May 20th will mark the second anniversary of the publication of the Strategic Plan for UF&Shands, the University of Florida Academic Health Center. We can be very proud that this plan, called “Forward Together,” has spurred tremendous progress. In the Jan. 11th issue of OTSP, our collective accomplishments were highlighted by college deans, research center and institute directors, and hospital CEOs. In the Jan. 20th issue, I summarized the strategic basis for our momentum, and the key factors responsible for maintaining our drive.   

The ground on which we stand, however, is shifting. Recent legislative actions regarding state support for our academic and clinical safety-net programs must be taken into account as we assess the realities of next year’s budget and plan for the future. We must retain our core values and strategies, but we also must adapt to a changing environment.  

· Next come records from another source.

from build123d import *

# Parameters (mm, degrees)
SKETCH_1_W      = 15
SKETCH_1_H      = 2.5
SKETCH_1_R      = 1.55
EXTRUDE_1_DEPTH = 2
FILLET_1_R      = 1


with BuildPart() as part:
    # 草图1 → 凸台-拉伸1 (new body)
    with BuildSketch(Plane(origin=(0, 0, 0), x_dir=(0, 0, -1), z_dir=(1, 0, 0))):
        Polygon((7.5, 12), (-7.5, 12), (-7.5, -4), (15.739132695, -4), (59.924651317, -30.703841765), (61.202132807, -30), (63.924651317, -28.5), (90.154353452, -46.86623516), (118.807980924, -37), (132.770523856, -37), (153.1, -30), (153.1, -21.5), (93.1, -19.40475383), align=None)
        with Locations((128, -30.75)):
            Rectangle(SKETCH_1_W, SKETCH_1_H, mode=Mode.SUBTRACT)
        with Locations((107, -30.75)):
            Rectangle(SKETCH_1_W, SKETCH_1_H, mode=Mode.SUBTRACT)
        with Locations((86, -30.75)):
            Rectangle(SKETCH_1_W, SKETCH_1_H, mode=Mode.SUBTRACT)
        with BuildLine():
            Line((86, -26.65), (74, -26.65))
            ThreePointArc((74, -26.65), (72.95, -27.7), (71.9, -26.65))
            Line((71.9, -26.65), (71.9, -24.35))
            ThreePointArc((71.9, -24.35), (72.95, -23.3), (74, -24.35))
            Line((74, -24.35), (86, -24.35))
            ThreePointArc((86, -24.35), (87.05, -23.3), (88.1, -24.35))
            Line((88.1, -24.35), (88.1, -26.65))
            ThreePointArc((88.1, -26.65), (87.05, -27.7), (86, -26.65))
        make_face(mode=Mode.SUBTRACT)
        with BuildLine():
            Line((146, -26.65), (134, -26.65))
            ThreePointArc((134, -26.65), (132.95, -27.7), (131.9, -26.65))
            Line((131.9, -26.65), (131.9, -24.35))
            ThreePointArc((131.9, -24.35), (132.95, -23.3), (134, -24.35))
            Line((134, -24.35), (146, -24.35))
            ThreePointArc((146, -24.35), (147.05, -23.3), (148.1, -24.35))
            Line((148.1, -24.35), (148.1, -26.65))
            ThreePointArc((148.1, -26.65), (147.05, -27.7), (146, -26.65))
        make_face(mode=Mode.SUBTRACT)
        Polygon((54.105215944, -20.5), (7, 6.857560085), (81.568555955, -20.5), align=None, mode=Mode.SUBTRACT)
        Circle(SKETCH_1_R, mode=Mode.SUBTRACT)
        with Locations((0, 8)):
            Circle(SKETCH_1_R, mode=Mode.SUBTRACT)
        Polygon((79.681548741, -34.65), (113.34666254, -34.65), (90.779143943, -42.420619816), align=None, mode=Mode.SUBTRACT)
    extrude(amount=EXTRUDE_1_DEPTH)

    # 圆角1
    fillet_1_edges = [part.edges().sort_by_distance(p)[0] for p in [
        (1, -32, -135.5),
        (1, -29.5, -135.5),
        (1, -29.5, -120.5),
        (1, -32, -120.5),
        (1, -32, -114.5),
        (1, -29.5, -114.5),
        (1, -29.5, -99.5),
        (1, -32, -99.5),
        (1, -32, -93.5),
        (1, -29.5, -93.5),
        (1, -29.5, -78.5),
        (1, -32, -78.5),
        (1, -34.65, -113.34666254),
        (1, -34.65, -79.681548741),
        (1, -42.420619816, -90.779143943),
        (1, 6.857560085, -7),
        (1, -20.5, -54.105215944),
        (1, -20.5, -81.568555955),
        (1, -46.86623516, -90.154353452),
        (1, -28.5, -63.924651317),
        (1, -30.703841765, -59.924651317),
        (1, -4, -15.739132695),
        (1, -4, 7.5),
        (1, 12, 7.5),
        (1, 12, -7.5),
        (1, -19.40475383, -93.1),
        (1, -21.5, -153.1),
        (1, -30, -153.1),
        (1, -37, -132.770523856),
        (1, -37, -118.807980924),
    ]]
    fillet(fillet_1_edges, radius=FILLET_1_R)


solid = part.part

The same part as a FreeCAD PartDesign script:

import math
import FreeCAD as App
import Part
import Sketcher

V = App.Vector
Q = App.Units.Quantity


def edges_at(feature, points):
    """Names of the edges that pass closest to the given points."""
    edges = feature.Shape.Edges
    near = lambda p: min(range(len(edges)), key=lambda i: edges[i].distToShape(Part.Vertex(*p))[0])
    return sorted({f"Edge{near(p) + 1}" for p in points})


def add_polygon(sketch, points):
    """Adds a closed chain of lines whose ends are joined by coincident constraints."""
    first, n = sketch.GeometryCount, len(points)
    for a, b in zip(points, points[1:] + points[:1]):
        sketch.addGeometry(Part.LineSegment(App.Vector(*a, 0), App.Vector(*b, 0)), False)
    for i in range(n):
        sketch.addConstraint(Sketcher.Constraint("Coincident", first + i, 2, first + (i + 1) % n, 1))

doc = App.newDocument("Part")
body = doc.addObject("PartDesign::Body", "Body")

sketch1 = body.newObject("Sketcher::SketchObject", "Sketch")
sketch1.AttachmentSupport = (doc.getObject("YZ_Plane"), [""])
sketch1.MapMode = "FlatFace"
add_polygon(sketch1, [(12, -7.5), (12, 7.5), (-4, 7.5), (-4, -15.7), (-30.7, -59.9), (-30, -61.2), (-28.5, -63.9), (-46.9, -90.2), (-37, -118.8), (-37, -132.8), (-30, -153.1), (-21.5, -153.1), (-19.4, -93.1)])
add_polygon(sketch1, [(-42.4, -90.8), (-34.6, -79.7), (-34.6, -113.3)])
add_polygon(sketch1, [(-32, -93.5), (-32, -78.5), (-29.5, -78.5), (-29.5, -93.5)])
add_polygon(sketch1, [(-32, -114.5), (-32, -99.5), (-29.5, -99.5), (-29.5, -114.5)])
add_polygon(sketch1, [(-32, -135.5), (-32, -120.5), (-29.5, -120.5), (-29.5, -135.5)])
sketch1.addGeometry(Part.ArcOfCircle(Part.Circle(V(-26.6, -87, 0), V(0, 0, 1), 1.1), math.radians(90), math.radians(270)), False)
sketch1.addGeometry(Part.LineSegment(V(-26.6, -86, 0), V(-26.6, -74, 0)), False)
sketch1.addGeometry(Part.ArcOfCircle(Part.Circle(V(-26.6, -73, 0), V(0, 0, 1), 1.1), math.radians(90), math.radians(270)), False)
sketch1.addGeometry(Part.LineSegment(V(-26.6, -71.9, 0), V(-24.4, -71.9, 0)), False)
sketch1.addGeometry(Part.ArcOfCircle(Part.Circle(V(-24.4, -73, 0), V(0, 0, 1), 1.1), math.radians(-90), math.radians(90)), False)
sketch1.addGeometry(Part.LineSegment(V(-24.4, -74, 0), V(-24.4, -86, 0)), False)
sketch1.addGeometry(Part.ArcOfCircle(Part.Circle(V(-24.4, -87, 0), V(0, 0, 1), 1.1), math.radians(-90), math.radians(90)), False)
sketch1.addGeometry(Part.LineSegment(V(-24.4, -88.1, 0), V(-26.6, -88.1, 0)), False)
sketch1.addGeometry(Part.ArcOfCircle(Part.Circle(V(-26.6, -147.1, 0), V(0, 0, 1), 1.1), math.radians(90), math.radians(270)), False)
sketch1.addGeometry(Part.LineSegment(V(-26.6, -146, 0), V(-26.6, -134, 0)), False)
sketch1.addGeometry(Part.ArcOfCircle(Part.Circle(V(-26.6, -132.9, 0), V(0, 0, 1), 1.1), math.radians(90), math.radians(270)), False)
sketch1.addGeometry(Part.LineSegment(V(-26.6, -131.9, 0), V(-24.4, -131.9, 0)), False)
sketch1.addGeometry(Part.ArcOfCircle(Part.Circle(V(-24.4, -132.9, 0), V(0, 0, 1), 1.1), math.radians(-90), math.radians(90)), False)
sketch1.addGeometry(Part.LineSegment(V(-24.4, -134, 0), V(-24.4, -146, 0)), False)
sketch1.addGeometry(Part.ArcOfCircle(Part.Circle(V(-24.4, -147.1, 0), V(0, 0, 1), 1.1), math.radians(-90), math.radians(90)), False)
sketch1.addGeometry(Part.LineSegment(V(-24.4, -148.1, 0), V(-26.6, -148.1, 0)), False)
add_polygon(sketch1, [(-20.5, -81.6), (-20.5, -54.1), (6.9, -7)])
sketch1.addGeometry(Part.Circle(V(0, 0, 0), V(0, 0, 1), 1.6), False)
sketch1.addGeometry(Part.Circle(V(8, 0, 0), V(0, 0, 1), 1.6), False)
sketch1.addConstraint([
    Sketcher.Constraint("Coincident", 28, 1, 29, 1),
    Sketcher.Constraint("Coincident", 29, 2, 30, 2),
    Sketcher.Constraint("Tangent", 30, 1, 31, 1),
    Sketcher.Constraint("Tangent", 31, 2, 32, 2),
    Sketcher.Constraint("Coincident", 32, 1, 33, 1),
    Sketcher.Constraint("Coincident", 33, 2, 34, 2),
    Sketcher.Constraint("Tangent", 34, 1, 35, 1),
    Sketcher.Constraint("Tangent", 35, 2, 28, 2),
    Sketcher.Constraint("Coincident", 36, 1, 37, 1),
    Sketcher.Constraint("Coincident", 37, 2, 38, 2),
    Sketcher.Constraint("Tangent", 38, 1, 39, 1),
    Sketcher.Constraint("Tangent", 39, 2, 40, 2),
    Sketcher.Constraint("Coincident", 40, 1, 41, 1),
    Sketcher.Constraint("Coincident", 41, 2, 42, 2),
    Sketcher.Constraint("Tangent", 42, 1, 43, 1),
    Sketcher.Constraint("Tangent", 43, 2, 36, 2),
    Sketcher.Constraint("Vertical", 0),
    Sketcher.Constraint("Horizontal", 1),
    Sketcher.Constraint("Vertical", 2),
    Sketcher.Constraint("Vertical", 8),
    Sketcher.Constraint("Horizontal", 10),
    Sketcher.Constraint("Vertical", 14),
    Sketcher.Constraint("Vertical", 16),
    Sketcher.Constraint("Horizontal", 17),
    Sketcher.Constraint("Vertical", 18),
    Sketcher.Constraint("Horizontal", 19),
    Sketcher.Constraint("Vertical", 20),
    Sketcher.Constraint("Horizontal", 21),
    Sketcher.Constraint("Vertical", 22),
    Sketcher.Constraint("Horizontal", 23),
    Sketcher.Constraint("Vertical", 24),
    Sketcher.Constraint("Horizontal", 25),
    Sketcher.Constraint("Vertical", 26),
    Sketcher.Constraint("Horizontal", 27),
    Sketcher.Constraint("Vertical", 29),
    Sketcher.Constraint("Horizontal", 31),
    Sketcher.Constraint("Vertical", 33),
    Sketcher.Constraint("Horizontal", 35),
    Sketcher.Constraint("Vertical", 37),
    Sketcher.Constraint("Horizontal", 39),
    Sketcher.Constraint("Vertical", 41),
    Sketcher.Constraint("Horizontal", 43),
    Sketcher.Constraint("Vertical", 44),
    Sketcher.Constraint("Coincident", 47, 3, -1, 1),
    Sketcher.Constraint("Equal", 28, 30),
    Sketcher.Constraint("Equal", 30, 32),
    Sketcher.Constraint("Equal", 32, 34),
    Sketcher.Constraint("Equal", 34, 36),
    Sketcher.Constraint("Equal", 36, 38),
    Sketcher.Constraint("Equal", 38, 40),
    Sketcher.Constraint("Equal", 40, 42),
    Sketcher.Constraint("Equal", 47, 48),
    Sketcher.Constraint("PointOnObject", 48, 3, -1),
    Sketcher.Constraint("Parallel", 4, 5),
    Sketcher.Constraint("Parallel", 7, 9),
    Sketcher.Constraint("Parallel", 6, 13),
    Sketcher.Constraint("Parallel", 9, 15),
    Sketcher.Constraint("Parallel", 12, 46),
    Sketcher.Constraint("Vertical", 28, 3, 30, 3),
    Sketcher.Constraint("Vertical", 32, 3, 34, 3),
    Sketcher.Constraint("Vertical", 30, 3, 36, 3),
    Sketcher.Constraint("Vertical", 36, 3, 38, 3),
    Sketcher.Constraint("Vertical", 34, 3, 40, 3),
    Sketcher.Constraint("Vertical", 40, 3, 42, 3),
    Sketcher.Constraint("Vertical", 4, 2, 9, 2),
    Sketcher.Constraint("Vertical", 19, 2, 20, 2),
    Sketcher.Constraint("Vertical", 18, 2, 21, 2),
    Sketcher.Constraint("Vertical", 23, 2, 24, 2),
    Sketcher.Constraint("Vertical", 22, 2, 25, 2),
    Sketcher.Constraint("Vertical", 38, 3, 28, 1),
    Sketcher.Constraint("Vertical", 31, 2, 32, 1),
    Sketcher.Constraint("Vertical", 35, 2, 36, 1),
    Sketcher.Constraint("Vertical", 39, 2, 40, 1),
    Sketcher.Constraint("Equal", 0, 16),
    Sketcher.Constraint("Equal", 18, 20),
    Sketcher.Constraint("Equal", 22, 24),
    Sketcher.Constraint("Equal", 33, 37),
    Sketcher.Constraint("Diameter", 47, 3.1),
    Sketcher.Constraint("DistanceX", 1, 2, 1, 1, 16.0),
    Sketcher.Constraint("DistanceY", 0, 1, 0, 2, 15.0),
    Sketcher.Constraint("DistanceY", 29, 1, 29, 2, 12.0),
    Sketcher.Constraint("Angle", 6, Q("-125 deg")),
    Sketcher.Constraint("Angle", 7, Q("-71 deg")),
    Sketcher.Constraint("Angle", 11, Q("88 deg")),
    Sketcher.Constraint("Radius", 28, 1.05),
    Sketcher.Constraint("DistanceX", 10, 1, 10, 2, 8.5),
    Sketcher.Constraint("DistanceX", 17, 1, 17, 2, 2.5),
    Sketcher.Constraint("DistanceX", 31, 1, 31, 2, 2.3),
    Sketcher.Constraint("DistanceX", -1, 1, 48, 3, 8.0),
    Sketcher.Constraint("DistanceX", -1, 1, 0, 2, 12.0),
    Sketcher.Constraint("DistanceX", 4, 2, -1, 1, 30.0),
    Sketcher.Constraint("DistanceX", 7, 2, -1, 1, 37.0),
    Sketcher.Constraint("DistanceX", 16, 2, -1, 1, 32.0),
    Sketcher.Constraint("DistanceY", 28, 1, -1, 1, 86.0),
    Sketcher.Constraint("DistanceY", 36, 1, -1, 1, 146.0),
    Sketcher.Constraint("DistanceY", 45, 2, -1, 1, 7.0),
    Sketcher.Constraint("DistanceY", 5, 2, 3, 2, 4.0),
    Sketcher.Constraint("DistanceX", 13, 2, 30, 3, 8.0),
    Sketcher.Constraint("DistanceY", 20, 2, 19, 2, 6.0),
    Sketcher.Constraint("DistanceY", 24, 2, 23, 2, 6.0),
    Sketcher.Constraint("DistanceY", 11, 2, 34, 1, 5.0),
    Sketcher.Constraint("DistanceY", 10, 2, 42, 1, 5.0),
    Sketcher.Constraint("DistanceX", 5, 2, 44, 2, 8.0),
    Sketcher.Constraint("DistanceY", -1, 1, 0, 2, 7.5),
    Sketcher.Constraint("DistanceX", 5, 2, -1, 1, 28.5),
    Sketcher.Constraint("DistanceY", 16, 2, -1, 1, 78.5),
    Sketcher.Constraint("DistanceX", 28, 3, -1, 1, 26.65),
    Sketcher.Constraint("DistanceY", 44, 1, 44, 2, 27.46334),
    Sketcher.Constraint("Distance", 7, 30.304669),
    Sketcher.Constraint("Distance", 46, 79.42862),
    Sketcher.Constraint("DistanceY", 2, 2, 2, 1, 23.239133),
    Sketcher.Constraint("DistanceY", 8, 2, 8, 1, 13.962543),
    Sketcher.Constraint("DistanceY", 14, 2, 14, 1, 33.665114),
    Sketcher.Constraint("DistanceX", 3, 2, -1, 1, 30.703842),
    Sketcher.Constraint("DistanceY", 13, 2, -1, 1, 79.681549),
])
pad1 = body.newObject("PartDesign::Pad", "Pad")
pad1.Profile = sketch1
pad1.Length = 2
doc.recompute()

fillet = body.newObject("PartDesign::Fillet", "Fillet")
fillet.Base = (pad1, edges_at(pad1, [
    (1, -32, -135.5),
    (1, -29.5, -135.5),
    (1, -29.5, -120.5),
    (1, -32, -120.5),
    (1, -32, -114.5),
    (1, -29.5, -114.5),
    (1, -29.5, -99.5),
    (1, -32, -99.5),
    (1, -32, -93.5),
    (1, -29.5, -93.5),
    (1, -29.5, -78.5),
    (1, -32, -78.5),
    (1, -34.65, -113.347),
    (1, -34.65, -79.682),
    (1, -42.421, -90.779),
    (1, 6.858, -7),
    (1, -20.5, -54.105),
    (1, -20.5, -81.569),
    (1, -46.866, -90.154),
    (1, -28.5, -63.925),
    (1, -30.704, -59.925),
    (1, -4, -15.739),
    (1, -4, 7.5),
    (1, 12, 7.5),
    (1, 12, -7.5),
    (1, -19.405, -93.1),
    (1, -21.5, -153.1),
    (1, -30, -153.1),
    (1, -37, -132.771),
    (1, -37, -118.808),
]))
fillet.Radius = 1

doc.recompute()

Consider this summary of our core strategies and principles:

Core Strategies and Principles

In my opinion, the considerable success we have achieved is largely due to embracing these strategies and principles collectively. As we adapt to the cumulative loss of state and federal governmental support, which is likely to slip even more, we must embrace these principles more than ever.

The Need for Adaptation in Response to Changing Circumstances

Our faculty, staff and administrators must increasingly focus on generating greater resources outside of state budgets — such as through off-book education programs, externally funded research grants, philanthropy and clinical revenue. Strategic Planning Cabinet members who met over 10 months to devise the May 20, 2010 plan — i.e., the leadership of the colleges, centers, institutes and hospitals — came together this week to discuss these issues. This newsletter represents an expression of their ideas. Adaptations in our clinical programs will be considered in this edition, followed next week by a review of ideas on academic adaptations. Your comments are most welcome.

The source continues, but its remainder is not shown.